Sure. But don't overthink things. I like vanilla ice cream more than chocolate. Why is that? Is it because vanilla is closer in color and flavor to mother's milk, indicating that I desire a return to the womb experience? Or because it's closer to ejaculate, meaning I want to express my homosexuality more? Or because internally, I identify chocolate with defectaion, and have issues involving that?

Know what? I don't care in the slightest. I just order vanilla. Maybe you should just order vanilla, too. :)

Lex
 
Re: Guys/"""Manliness"""... which am I really chas

I'm not disagreeing with KarraBulut (if an issue is interfering with your ability to get closer to someone or develop an intimate relationship, you should seek some form of counseling ).

However, I had a passive conversation with a psychiatrist once about this topic. He said that men have a code embedded into our genetics that affects how we behave when we see a male stranger. The first thought that subconsciously runs through our minds is, "can I kill this man?" With some people, that voice is a bit louder than with others.

slnattak said:
Also, that psychiatrist... sounds like he's full of shit. Why is the first answer to social problems 'see a therapist?'

You're on target but there's a distinction that I'm making that makes the situation a bit different.

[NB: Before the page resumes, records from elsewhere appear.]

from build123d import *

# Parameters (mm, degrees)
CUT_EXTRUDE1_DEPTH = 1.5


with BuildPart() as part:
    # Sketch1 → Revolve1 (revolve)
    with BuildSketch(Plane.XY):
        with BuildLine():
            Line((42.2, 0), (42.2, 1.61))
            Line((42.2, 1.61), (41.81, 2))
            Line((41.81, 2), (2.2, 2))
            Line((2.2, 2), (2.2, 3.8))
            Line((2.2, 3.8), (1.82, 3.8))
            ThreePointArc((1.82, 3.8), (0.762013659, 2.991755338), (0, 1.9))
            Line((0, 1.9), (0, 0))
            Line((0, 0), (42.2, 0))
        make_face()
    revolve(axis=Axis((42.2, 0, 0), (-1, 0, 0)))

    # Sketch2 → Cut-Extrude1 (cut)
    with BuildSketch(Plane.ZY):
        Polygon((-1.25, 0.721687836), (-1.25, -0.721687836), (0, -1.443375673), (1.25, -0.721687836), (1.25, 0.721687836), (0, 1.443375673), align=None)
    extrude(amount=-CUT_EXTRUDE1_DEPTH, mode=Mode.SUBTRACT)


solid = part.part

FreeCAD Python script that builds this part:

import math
import FreeCAD as App
import Part
import Sketcher
from FreeCAD import Vector
Q = App.Units.Quantity


def add_polygon(sketch, points):
    """Adds a closed chain of lines whose ends are joined by coincident constraints."""
    first, n = sketch.GeometryCount, len(points)
    for a, b in zip(points, points[1:] + points[:1]):
        sketch.addGeometry(Part.LineSegment(App.Vector(*a, 0), App.Vector(*b, 0)), False)
    for i in range(n):
        sketch.addConstraint(Sketcher.Constraint("Coincident", first + i, 2, first + (i + 1) % n, 1))

doc = App.newDocument("Part")
params = doc.addObject("Spreadsheet::Sheet", "Params")
for row, (alias, value) in enumerate([
    ("sketch1_width", "42.2 mm"),
    ("sketch1_height", "1.8 mm"),
    ("sketch1_height2", "1.9 mm"),
    ("sketch1_width2", "39.61 mm"),
    ("sketch1_width3", "0.38 mm"),
    ("revolution_angle", "360 deg"),
    ("pocket1_length", "1.5 mm"),
], start=1):
    params.set(f"A{row}", alias)
    params.set(f"B{row}", "=" + value)
    params.setAlias(f"B{row}", alias)

body = doc.addObject("PartDesign::Body", "Body")

# Sketch on XY plane
sketch1 = body.newObject("Sketcher::SketchObject", "Sketch")
sketch1.AttachmentSupport = (doc.getObject("XY_Plane"), [""])
sketch1.MapMode = "FlatFace"
sketch1.addGeometry(Part.LineSegment(Vector(42.2, 0, 0), Vector(42.2, 1.61, 0)), False)
sketch1.addGeometry(Part.LineSegment(Vector(42.2, 1.61, 0), Vector(41.81, 2, 0)), False)
sketch1.addGeometry(Part.LineSegment(Vector(41.81, 2, 0), Vector(2.2, 2, 0)), False)
sketch1.addGeometry(Part.LineSegment(Vector(2.2, 2, 0), Vector(2.2, 3.8, 0)), False)
sketch1.addGeometry(Part.LineSegment(Vector(2.2, 3.8, 0), Vector(1.82, 3.8, 0)), False)
sketch1.addGeometry(Part.ArcOfCircle(Part.Circle(Vector(3.89, 0, 0), Vector(0, 0, 1), 4.32), math.radians(119), math.radians(154)), False)
sketch1.addGeometry(Part.LineSegment(Vector(0, 1.9, 0), Vector(0, 0, 0)), False)
sketch1.addGeometry(Part.LineSegment(Vector(0, 0, 0), Vector(42.2, 0, 0)), False)
sketch1.addConstraint(Sketcher.Constraint("Coincident", 0, 2, 1, 1))
sketch1.addConstraint(Sketcher.Constraint("Coincident", 1, 2, 2, 1))
sketch1.addConstraint(Sketcher.Constraint("Coincident", 2, 2, 3, 1))
sketch1.addConstraint(Sketcher.Constraint("Coincident", 3, 2, 4, 1))
sketch1.addConstraint(Sketcher.Constraint("Coincident", 4, 2, 5, 1))
sketch1.addConstraint(Sketcher.Constraint("Coincident", 5, 2, 6, 1))
sketch1.addConstraint(Sketcher.Constraint("Coincident", 6, 2, 7, 1))
sketch1.addConstraint(Sketcher.Constraint("Coincident", 7, 2, 0, 1))
sketch1.addConstraint(Sketcher.Constraint("Vertical", 0))
sketch1.addConstraint(Sketcher.Constraint("Horizontal", 2))
sketch1.addConstraint(Sketcher.Constraint("Vertical", 3))
sketch1.addConstraint(Sketcher.Constraint("Horizontal", 4))
sketch1.addConstraint(Sketcher.Constraint("Vertical", 6))
sketch1.addConstraint(Sketcher.Constraint("Horizontal", 7))
sketch1.addConstraint(Sketcher.Constraint("Coincident", 6, 2, -1, 1))
sketch1.addConstraint(Sketcher.Constraint("PointOnObject", 5, 3, -1))
sketch1.addConstraint(Sketcher.Constraint("Angle", 1, Q("135 deg")))
sketch1.addConstraint(Sketcher.Constraint("DistanceX", 7, 1, 7, 2, 42.2))
sketch1.addConstraint(Sketcher.Constraint("DistanceY", 3, 1, 3, 2, 1.8))
sketch1.addConstraint(Sketcher.Constraint("DistanceY", 6, 2, 6, 1, 1.9))
sketch1.addConstraint(Sketcher.Constraint("DistanceY", -1, 1, 1, 2, 2.0))
sketch1.addConstraint(Sketcher.Constraint("DistanceX", 2, 2, 0, 2, 40.0))
sketch1.addConstraint(Sketcher.Constraint("DistanceX", 2, 2, 2, 1, 39.61))
sketch1.addConstraint(Sketcher.Constraint("DistanceX", 4, 2, 4, 1, 0.38))
sketch1.setExpression("Constraints[17]", "Params.sketch1_width")
sketch1.setExpression("Constraints[18]", "Params.sketch1_height")
sketch1.setExpression("Constraints[19]", "Params.sketch1_height2")
sketch1.setExpression("Constraints[22]", "Params.sketch1_width2")
sketch1.setExpression("Constraints[23]", "Params.sketch1_width3")
revolution = body.newObject("PartDesign::Revolution", "Revolution")
revolution.Profile = sketch1
revolution.ReferenceAxis = (sketch1, ["H_Axis"])
revolution.setExpression("Angle", "Params.revolution_angle")

# Sketch on YZ plane
sketch2 = body.newObject("Sketcher::SketchObject", "Sketch001")
sketch2.AttachmentSupport = (doc.getObject("YZ_Plane"), [""])
sketch2.MapMode = "FlatFace"
add_polygon(sketch2, [(0.7, -1.2), (-0.7, -1.2), (-1.4, 0), (-0.7, 1.2), (0.7, 1.2), (1.4, 0)])  # lines 0-5
sketch2.addConstraint(Sketcher.Constraint("Horizontal", 0))
sketch2.addConstraint(Sketcher.Constraint("Horizontal", 3))
sketch2.addConstraint(Sketcher.Constraint("Symmetric", 0, 2, 3, 2, -1, 1))
sketch2.addConstraint(Sketcher.Constraint("Symmetric", 1, 2, 4, 2, -1, 1))
sketch2.addConstraint(Sketcher.Constraint("PointOnObject", 1, 2, -1))
sketch2.addConstraint(Sketcher.Constraint("Parallel", 2, 5))
sketch2.addConstraint(Sketcher.Constraint("Vertical", 0, 2, 2, 2))
sketch2.addConstraint(Sketcher.Constraint("Angle", 1, Q("120 deg")))
sketch2.addConstraint(Sketcher.Constraint("DistanceY", 0, 2, 2, 2, 2.5))
sketch2.addConstraint(Sketcher.Constraint("DistanceX", 0, 2, 0, 1, 1.443376))
pocket1 = body.newObject("PartDesign::Pocket", "Pocket")
pocket1.Profile = sketch2
pocket1.setExpression("Length", "Params.pocket1_length")
pocket1.Reversed = True

doc.recompute()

The "quien es mas macho?" game is normal. Guys compare themselves to others all the time. Straight guys always notice guys that are better built and they always know who has the biggest dick in the locker room.

The difference in this case is that this is tied up in questioning his sexuality. The OP can't distinguish whether he's attracted sexually to guys who are masculine or whether he's just insecure and obsessed with comparing himself to other guys.

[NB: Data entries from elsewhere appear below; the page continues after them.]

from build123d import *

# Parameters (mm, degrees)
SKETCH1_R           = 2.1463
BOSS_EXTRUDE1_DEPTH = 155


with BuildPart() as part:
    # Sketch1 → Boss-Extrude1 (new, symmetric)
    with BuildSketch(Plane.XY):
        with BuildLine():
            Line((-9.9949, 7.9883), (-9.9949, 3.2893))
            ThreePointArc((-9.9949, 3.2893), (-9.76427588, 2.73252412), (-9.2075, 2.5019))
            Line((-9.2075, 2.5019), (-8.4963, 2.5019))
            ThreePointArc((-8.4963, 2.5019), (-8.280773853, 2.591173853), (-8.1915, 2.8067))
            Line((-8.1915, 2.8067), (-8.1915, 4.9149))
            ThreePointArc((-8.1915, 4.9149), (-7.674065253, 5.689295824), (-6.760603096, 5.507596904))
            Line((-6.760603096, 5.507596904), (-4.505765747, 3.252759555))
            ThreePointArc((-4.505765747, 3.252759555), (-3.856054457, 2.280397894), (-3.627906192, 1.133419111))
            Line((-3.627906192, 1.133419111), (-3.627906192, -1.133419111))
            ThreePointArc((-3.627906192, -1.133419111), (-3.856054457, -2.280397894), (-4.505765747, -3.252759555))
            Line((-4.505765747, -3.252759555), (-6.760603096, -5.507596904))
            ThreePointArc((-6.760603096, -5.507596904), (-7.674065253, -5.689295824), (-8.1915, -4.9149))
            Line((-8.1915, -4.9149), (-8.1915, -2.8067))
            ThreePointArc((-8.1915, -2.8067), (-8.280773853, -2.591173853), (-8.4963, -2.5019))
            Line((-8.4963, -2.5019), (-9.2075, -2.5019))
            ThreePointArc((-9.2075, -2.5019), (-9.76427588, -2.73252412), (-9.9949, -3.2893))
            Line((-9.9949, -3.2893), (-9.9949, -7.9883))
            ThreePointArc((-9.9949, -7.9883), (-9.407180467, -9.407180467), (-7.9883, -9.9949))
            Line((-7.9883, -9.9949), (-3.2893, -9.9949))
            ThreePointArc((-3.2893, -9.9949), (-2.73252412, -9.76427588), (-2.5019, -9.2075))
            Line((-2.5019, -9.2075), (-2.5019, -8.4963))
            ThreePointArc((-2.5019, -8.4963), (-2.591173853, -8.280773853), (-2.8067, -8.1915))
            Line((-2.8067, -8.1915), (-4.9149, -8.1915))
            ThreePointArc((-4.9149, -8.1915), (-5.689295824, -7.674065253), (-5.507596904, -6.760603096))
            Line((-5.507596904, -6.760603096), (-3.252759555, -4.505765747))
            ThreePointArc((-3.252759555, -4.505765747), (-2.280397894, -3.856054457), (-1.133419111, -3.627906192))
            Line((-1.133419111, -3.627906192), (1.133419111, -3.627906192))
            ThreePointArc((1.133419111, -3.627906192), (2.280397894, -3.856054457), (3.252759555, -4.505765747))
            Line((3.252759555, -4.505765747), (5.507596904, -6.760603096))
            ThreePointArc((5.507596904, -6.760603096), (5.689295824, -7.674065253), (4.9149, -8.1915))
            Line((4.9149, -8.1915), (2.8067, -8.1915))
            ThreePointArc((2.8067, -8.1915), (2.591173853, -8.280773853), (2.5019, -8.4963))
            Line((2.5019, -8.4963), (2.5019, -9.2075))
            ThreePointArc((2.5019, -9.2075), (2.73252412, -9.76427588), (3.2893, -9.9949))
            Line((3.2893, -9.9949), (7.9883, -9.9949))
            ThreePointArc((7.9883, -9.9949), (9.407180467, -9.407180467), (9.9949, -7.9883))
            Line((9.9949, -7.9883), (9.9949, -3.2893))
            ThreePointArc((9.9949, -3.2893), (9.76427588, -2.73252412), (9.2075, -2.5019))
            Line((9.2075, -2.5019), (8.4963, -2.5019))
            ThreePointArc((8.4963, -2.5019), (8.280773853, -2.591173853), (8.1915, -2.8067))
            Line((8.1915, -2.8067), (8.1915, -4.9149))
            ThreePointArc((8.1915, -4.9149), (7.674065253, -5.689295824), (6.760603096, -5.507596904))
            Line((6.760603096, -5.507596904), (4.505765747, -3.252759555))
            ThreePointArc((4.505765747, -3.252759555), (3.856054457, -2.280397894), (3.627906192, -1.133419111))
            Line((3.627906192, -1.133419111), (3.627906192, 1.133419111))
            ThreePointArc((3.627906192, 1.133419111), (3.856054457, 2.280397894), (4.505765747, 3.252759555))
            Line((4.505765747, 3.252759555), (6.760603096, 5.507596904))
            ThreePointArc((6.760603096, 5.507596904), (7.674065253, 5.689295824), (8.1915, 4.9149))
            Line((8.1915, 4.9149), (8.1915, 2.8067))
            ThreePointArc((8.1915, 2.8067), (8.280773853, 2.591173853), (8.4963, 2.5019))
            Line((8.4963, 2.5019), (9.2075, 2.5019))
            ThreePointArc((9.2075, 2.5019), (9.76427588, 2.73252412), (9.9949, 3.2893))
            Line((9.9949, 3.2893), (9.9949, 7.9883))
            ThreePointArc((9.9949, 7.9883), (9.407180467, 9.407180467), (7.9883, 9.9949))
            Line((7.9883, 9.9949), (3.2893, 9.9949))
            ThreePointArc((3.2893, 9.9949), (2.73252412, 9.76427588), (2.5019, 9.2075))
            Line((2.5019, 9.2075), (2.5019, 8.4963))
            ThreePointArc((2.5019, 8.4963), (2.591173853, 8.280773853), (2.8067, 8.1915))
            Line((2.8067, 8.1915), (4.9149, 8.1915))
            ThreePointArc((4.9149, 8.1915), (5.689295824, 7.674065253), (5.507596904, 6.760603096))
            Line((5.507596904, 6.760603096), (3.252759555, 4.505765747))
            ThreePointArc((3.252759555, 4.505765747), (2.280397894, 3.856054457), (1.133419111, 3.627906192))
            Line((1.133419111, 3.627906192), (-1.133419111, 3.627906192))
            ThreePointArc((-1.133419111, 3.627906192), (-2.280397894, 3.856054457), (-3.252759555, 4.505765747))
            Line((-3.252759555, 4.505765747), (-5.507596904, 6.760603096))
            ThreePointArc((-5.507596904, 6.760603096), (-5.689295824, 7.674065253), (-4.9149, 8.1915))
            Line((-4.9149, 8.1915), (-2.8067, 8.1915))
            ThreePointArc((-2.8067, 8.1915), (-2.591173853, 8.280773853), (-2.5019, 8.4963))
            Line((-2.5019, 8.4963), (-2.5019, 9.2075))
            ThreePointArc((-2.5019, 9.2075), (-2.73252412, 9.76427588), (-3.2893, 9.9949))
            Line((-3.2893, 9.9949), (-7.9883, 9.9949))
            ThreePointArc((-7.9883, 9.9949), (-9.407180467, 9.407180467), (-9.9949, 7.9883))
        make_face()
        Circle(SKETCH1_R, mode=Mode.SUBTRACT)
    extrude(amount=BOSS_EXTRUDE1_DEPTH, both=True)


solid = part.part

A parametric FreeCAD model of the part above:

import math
import FreeCAD as App
import Part
import Sketcher
Q = App.Units.Quantity

doc = App.newDocument("Part")
body = doc.addObject("PartDesign::Body", "Body")

sketch1 = doc.addObject("Sketcher::SketchObject", "Sketch")
body.addObject(sketch1)
sketch1.AttachmentSupport = (doc.XY_Plane, [""])
sketch1.MapMode = "FlatFace"
sketch1.addGeometry([
    Part.LineSegment(App.Vector(-9.99, 7.99, 0), App.Vector(-9.99, 3.29, 0)),
    Part.ArcOfCircle(Part.Circle(App.Vector(-9.21, 3.29, 0), App.Vector(0, 0, 1), 0.79), math.radians(180), math.radians(270)),
    Part.LineSegment(App.Vector(-9.21, 2.5, 0), App.Vector(-8.5, 2.5, 0)),
    Part.ArcOfCircle(Part.Circle(App.Vector(-8.5, 2.81, 0), App.Vector(0, 0, 1), 0.3), math.radians(-90), math.radians(0)),
    Part.LineSegment(App.Vector(-8.19, 2.81, 0), App.Vector(-8.19, 4.91, 0)),
    Part.ArcOfCircle(Part.Circle(App.Vector(-7.35, 4.91, 0), App.Vector(0, 0, 1), 0.84), math.radians(45), math.radians(180)),
    Part.LineSegment(App.Vector(-6.76, 5.51, 0), App.Vector(-4.51, 3.25, 0)),
    Part.ArcOfCircle(Part.Circle(App.Vector(-6.63, 1.13, 0), App.Vector(0, 0, 1), 3), math.radians(0), math.radians(45)),
    Part.LineSegment(App.Vector(-3.63, 1.13, 0), App.Vector(-3.63, -1.13, 0)),
    Part.ArcOfCircle(Part.Circle(App.Vector(-6.63, -1.13, 0), App.Vector(0, 0, 1), 3), math.radians(-45), math.radians(0)),
    Part.LineSegment(App.Vector(-4.51, -3.25, 0), App.Vector(-6.76, -5.51, 0)),
    Part.ArcOfCircle(Part.Circle(App.Vector(-7.35, -4.91, 0), App.Vector(0, 0, 1), 0.84), math.radians(180), math.radians(315)),
    Part.LineSegment(App.Vector(-8.19, -4.91, 0), App.Vector(-8.19, -2.81, 0)),
    Part.ArcOfCircle(Part.Circle(App.Vector(-8.5, -2.81, 0), App.Vector(0, 0, 1), 0.3), math.radians(0), math.radians(90)),
    Part.LineSegment(App.Vector(-8.5, -2.5, 0), App.Vector(-9.21, -2.5, 0)),
    Part.ArcOfCircle(Part.Circle(App.Vector(-9.21, -3.29, 0), App.Vector(0, 0, 1), 0.79), math.radians(90), math.radians(180)),
    Part.LineSegment(App.Vector(-9.99, -3.29, 0), App.Vector(-9.99, -7.99, 0)),
    Part.ArcOfCircle(Part.Circle(App.Vector(-7.99, -7.99, 0), App.Vector(0, 0, 1), 2.01), math.radians(180), math.radians(270)),
    Part.LineSegment(App.Vector(-7.99, -9.99, 0), App.Vector(-3.29, -9.99, 0)),
    Part.ArcOfCircle(Part.Circle(App.Vector(-3.29, -9.21, 0), App.Vector(0, 0, 1), 0.79), math.radians(-90), math.radians(0)),
    Part.LineSegment(App.Vector(-2.5, -9.21, 0), App.Vector(-2.5, -8.5, 0)),
    Part.ArcOfCircle(Part.Circle(App.Vector(-2.81, -8.5, 0), App.Vector(0, 0, 1), 0.3), math.radians(0), math.radians(90)),
    Part.LineSegment(App.Vector(-2.81, -8.19, 0), App.Vector(-4.91, -8.19, 0)),
    Part.ArcOfCircle(Part.Circle(App.Vector(-4.91, -7.35, 0), App.Vector(0, 0, 1), 0.84), math.radians(135), math.radians(270)),
    Part.LineSegment(App.Vector(-5.51, -6.76, 0), App.Vector(-3.25, -4.51, 0)),
    Part.ArcOfCircle(Part.Circle(App.Vector(-1.13, -6.63, 0), App.Vector(0, 0, 1), 3), math.radians(90), math.radians(135)),
    Part.LineSegment(App.Vector(-1.13, -3.63, 0), App.Vector(1.13, -3.63, 0)),
    Part.ArcOfCircle(Part.Circle(App.Vector(1.13, -6.63, 0), App.Vector(0, 0, 1), 3), math.radians(45), math.radians(90)),
    Part.LineSegment(App.Vector(3.25, -4.51, 0), App.Vector(5.51, -6.76, 0)),
    Part.ArcOfCircle(Part.Circle(App.Vector(4.91, -7.35, 0), App.Vector(0, 0, 1), 0.84), math.radians(-90), math.radians(45)),
    Part.LineSegment(App.Vector(4.91, -8.19, 0), App.Vector(2.81, -8.19, 0)),
    Part.ArcOfCircle(Part.Circle(App.Vector(2.81, -8.5, 0), App.Vector(0, 0, 1), 0.3), math.radians(90), math.radians(180)),
    Part.LineSegment(App.Vector(2.5, -8.5, 0), App.Vector(2.5, -9.21, 0)),
    Part.ArcOfCircle(Part.Circle(App.Vector(3.29, -9.21, 0), App.Vector(0, 0, 1), 0.79), math.radians(180), math.radians(270)),
    Part.LineSegment(App.Vector(3.29, -9.99, 0), App.Vector(7.99, -9.99, 0)),
    Part.ArcOfCircle(Part.Circle(App.Vector(7.99, -7.99, 0), App.Vector(0, 0, 1), 2.01), math.radians(-90), math.radians(0)),
    Part.LineSegment(App.Vector(9.99, -7.99, 0), App.Vector(9.99, -3.29, 0)),
    Part.ArcOfCircle(Part.Circle(App.Vector(9.21, -3.29, 0), App.Vector(0, 0, 1), 0.79), math.radians(0), math.radians(90)),
    Part.LineSegment(App.Vector(9.21, -2.5, 0), App.Vector(8.5, -2.5, 0)),
    Part.ArcOfCircle(Part.Circle(App.Vector(8.5, -2.81, 0), App.Vector(0, 0, 1), 0.3), math.radians(90), math.radians(180)),
    Part.LineSegment(App.Vector(8.19, -2.81, 0), App.Vector(8.19, -4.91, 0)),
    Part.ArcOfCircle(Part.Circle(App.Vector(7.35, -4.91, 0), App.Vector(0, 0, 1), 0.84), math.radians(-135), math.radians(0)),
    Part.LineSegment(App.Vector(6.76, -5.51, 0), App.Vector(4.51, -3.25, 0)),
    Part.ArcOfCircle(Part.Circle(App.Vector(6.63, -1.13, 0), App.Vector(0, 0, 1), 3), math.radians(180), math.radians(225)),
    Part.LineSegment(App.Vector(3.63, -1.13, 0), App.Vector(3.63, 1.13, 0)),
    Part.ArcOfCircle(Part.Circle(App.Vector(6.63, 1.13, 0), App.Vector(0, 0, 1), 3), math.radians(135), math.radians(180)),
    Part.LineSegment(App.Vector(4.51, 3.25, 0), App.Vector(6.76, 5.51, 0)),
    Part.ArcOfCircle(Part.Circle(App.Vector(7.35, 4.91, 0), App.Vector(0, 0, 1), 0.84), math.radians(0), math.radians(135)),
    Part.LineSegment(App.Vector(8.19, 4.91, 0), App.Vector(8.19, 2.81, 0)),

Until that confusion is resolved, he'll be in limbo and uncertain whether he is turned-on/attracted to masculinity or whether he's insecure of his own masculinity.

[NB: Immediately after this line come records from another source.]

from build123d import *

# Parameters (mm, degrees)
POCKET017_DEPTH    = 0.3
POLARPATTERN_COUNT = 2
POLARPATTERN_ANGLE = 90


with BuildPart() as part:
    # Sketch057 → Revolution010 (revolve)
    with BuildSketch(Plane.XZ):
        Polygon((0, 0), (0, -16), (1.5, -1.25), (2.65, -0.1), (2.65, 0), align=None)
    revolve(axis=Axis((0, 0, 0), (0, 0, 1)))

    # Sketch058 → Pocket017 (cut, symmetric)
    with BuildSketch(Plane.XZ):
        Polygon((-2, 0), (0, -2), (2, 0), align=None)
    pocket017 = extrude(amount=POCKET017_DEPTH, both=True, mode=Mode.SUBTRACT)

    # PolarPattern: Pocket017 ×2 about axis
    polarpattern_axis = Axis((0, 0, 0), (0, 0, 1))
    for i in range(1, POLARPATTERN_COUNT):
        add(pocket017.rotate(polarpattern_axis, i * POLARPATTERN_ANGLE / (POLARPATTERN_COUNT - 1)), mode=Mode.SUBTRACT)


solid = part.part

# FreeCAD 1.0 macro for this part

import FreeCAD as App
import Part
import Sketcher
Q = App.Units.Quantity


def add_polygon(sketch, points):
    """Adds a closed chain of lines whose ends are joined by coincident constraints."""
    first, n = sketch.GeometryCount, len(points)
    for a, b in zip(points, points[1:] + points[:1]):
        sketch.addGeometry(Part.LineSegment(App.Vector(*a, 0), App.Vector(*b, 0)), False)
    for i in range(n):
        sketch.addConstraint(Sketcher.Constraint("Coincident", first + i, 2, first + (i + 1) % n, 1))

doc = App.newDocument("Part")
params = doc.addObject("Spreadsheet::Sheet", "Params")
for row, (alias, value) in enumerate([
    ("sketch1_height", "16 mm"),
    ("sketch1_height2", "0.1 mm"),
    ("sketch1_width", "2.65 mm"),
    ("revolution_angle", "360 deg"),
    ("sketch2_width", "4 mm"),
    ("pocket1_length", "0.6 mm"),
], start=1):
    params.set(f"A{row}", alias)
    params.set(f"B{row}", "=" + value)
    params.setAlias(f"B{row}", alias)

body = doc.addObject("PartDesign::Body", "Body")

sketch1 = body.newObject("Sketcher::SketchObject", "Sketch")
sketch1.AttachmentSupport = (doc.getObject("XZ_Plane"), [""])
sketch1.MapMode = "FlatFace"
add_polygon(sketch1, [(0, 0), (0, -16), (1.5, -1.25), (2.65, -0.1), (2.65, 0)])
sketch1.addConstraint([
    Sketcher.Constraint("Vertical", 0),
    Sketcher.Constraint("Vertical", 3),
    Sketcher.Constraint("Horizontal", 4),
    Sketcher.Constraint("Coincident", 4, 2, -1, 1),
    Sketcher.Constraint("DistanceY", 0, 2, 0, 1, 16.0),
    Sketcher.Constraint("Angle", 2, Q("45 deg")),
    Sketcher.Constraint("DistanceY", 3, 1, 3, 2, 0.1),
    Sketcher.Constraint("DistanceX", 4, 2, 4, 1, 2.65),
    Sketcher.Constraint("DistanceX", -1, 1, 1, 2, 1.5),
])
sketch1.setExpression("Constraints[9]", "Params.sketch1_height")
sketch1.setExpression("Constraints[11]", "Params.sketch1_height2")
sketch1.setExpression("Constraints[12]", "Params.sketch1_width")
revolution = body.newObject("PartDesign::Revolution", "Revolution")
revolution.Profile = sketch1
revolution.ReferenceAxis = (sketch1, ["V_Axis"])
revolution.setExpression("Angle", "Params.revolution_angle")

sketch2 = body.newObject("Sketcher::SketchObject", "Sketch001")
sketch2.AttachmentSupport = (doc.getObject("XZ_Plane"), [""])
sketch2.MapMode = "FlatFace"
add_polygon(sketch2, [(-2, 0), (0, -2), (2, 0)])
sketch2.addConstraint([
    Sketcher.Constraint("Horizontal", 2),
    Sketcher.Constraint("Symmetric", 1, 2, 2, 2, -1, 1),
    Sketcher.Constraint("PointOnObject", 0, 2, -2),
    Sketcher.Constraint("Perpendicular", 0, 1),
    Sketcher.Constraint("DistanceX", 2, 2, 2, 1, 4.0),
])
sketch2.setExpression("Constraints[7]", "Params.sketch2_width")
pocket1 = body.newObject("PartDesign::Pocket", "Pocket")
pocket1.Profile = sketch2
pocket1.setExpression("Length", "Params.pocket1_length")
pocket1.Midplane = True
doc.recompute()

polarpattern = body.newObject("PartDesign::PolarPattern", "PolarPattern")
polarpattern.Originals = [pocket1]
polarpattern.Axis = (doc.getObject("Z_Axis"), [""])
polarpattern.Angle = 90
polarpattern.Occurrences = 2
body.Tip = polarpattern

doc.recompute()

A therapist can help with the process of working through that issue. A psychotherapist doesn't necessarily need to be a psychiatrist.
 
Re: Guys/"""Manliness"""... which am I really chas

Hokay, kind of a deep post but...

I find guys appealing to look at and I always assumed I was attracted to them, but this kind of makes me wonder whether I'm just attracted to the idea of manliness. Sometimes I feel like if I were jacked and impossibly well-endowed I'd be chasing women all the time... but I think that what I'd find hottest about that would be them being turned on by my masculinty. [Maybe I'm just a narcissist?]
[Maybe I'm JUST LIKE EVERYONE ELSE...]
There are some psychiatrists that propose many homosexuals were "wounded" and have failed to fully develop their own self sustaining masculine identity and so they pursue masculine love to fill the void and to gain the masculine strength they themselves do not possess. The theory then goes on to state that homosexuals search is in vain and they will never be satisfied by oustide masculine love and they will have trouble mainting long term relationships."
---this is merely a theory and an unproven one at that.
I've thought about this and have over the years been trying to accept that I'm at least bisexual and possibly 100%gay. What I never get about these folks that think homosexuality can be altered or it is a symptom of a deeper wound is how they expect homosexuals to become attracted to women? I never get that feeling when I kiss or sleep with girls. Its not there and I don't think you could ever cause it to occur. Why have for the last couple weeks have I been thinking about this guy I met non stop? Who knows? I don't know why and I doubt a qualitfied therapist could ever come up with a good specific reason other than I'm gay. Stay away from Freud though, he kind of pushed the idea that you can't evolve and your personality is developed by childhood. fuck that.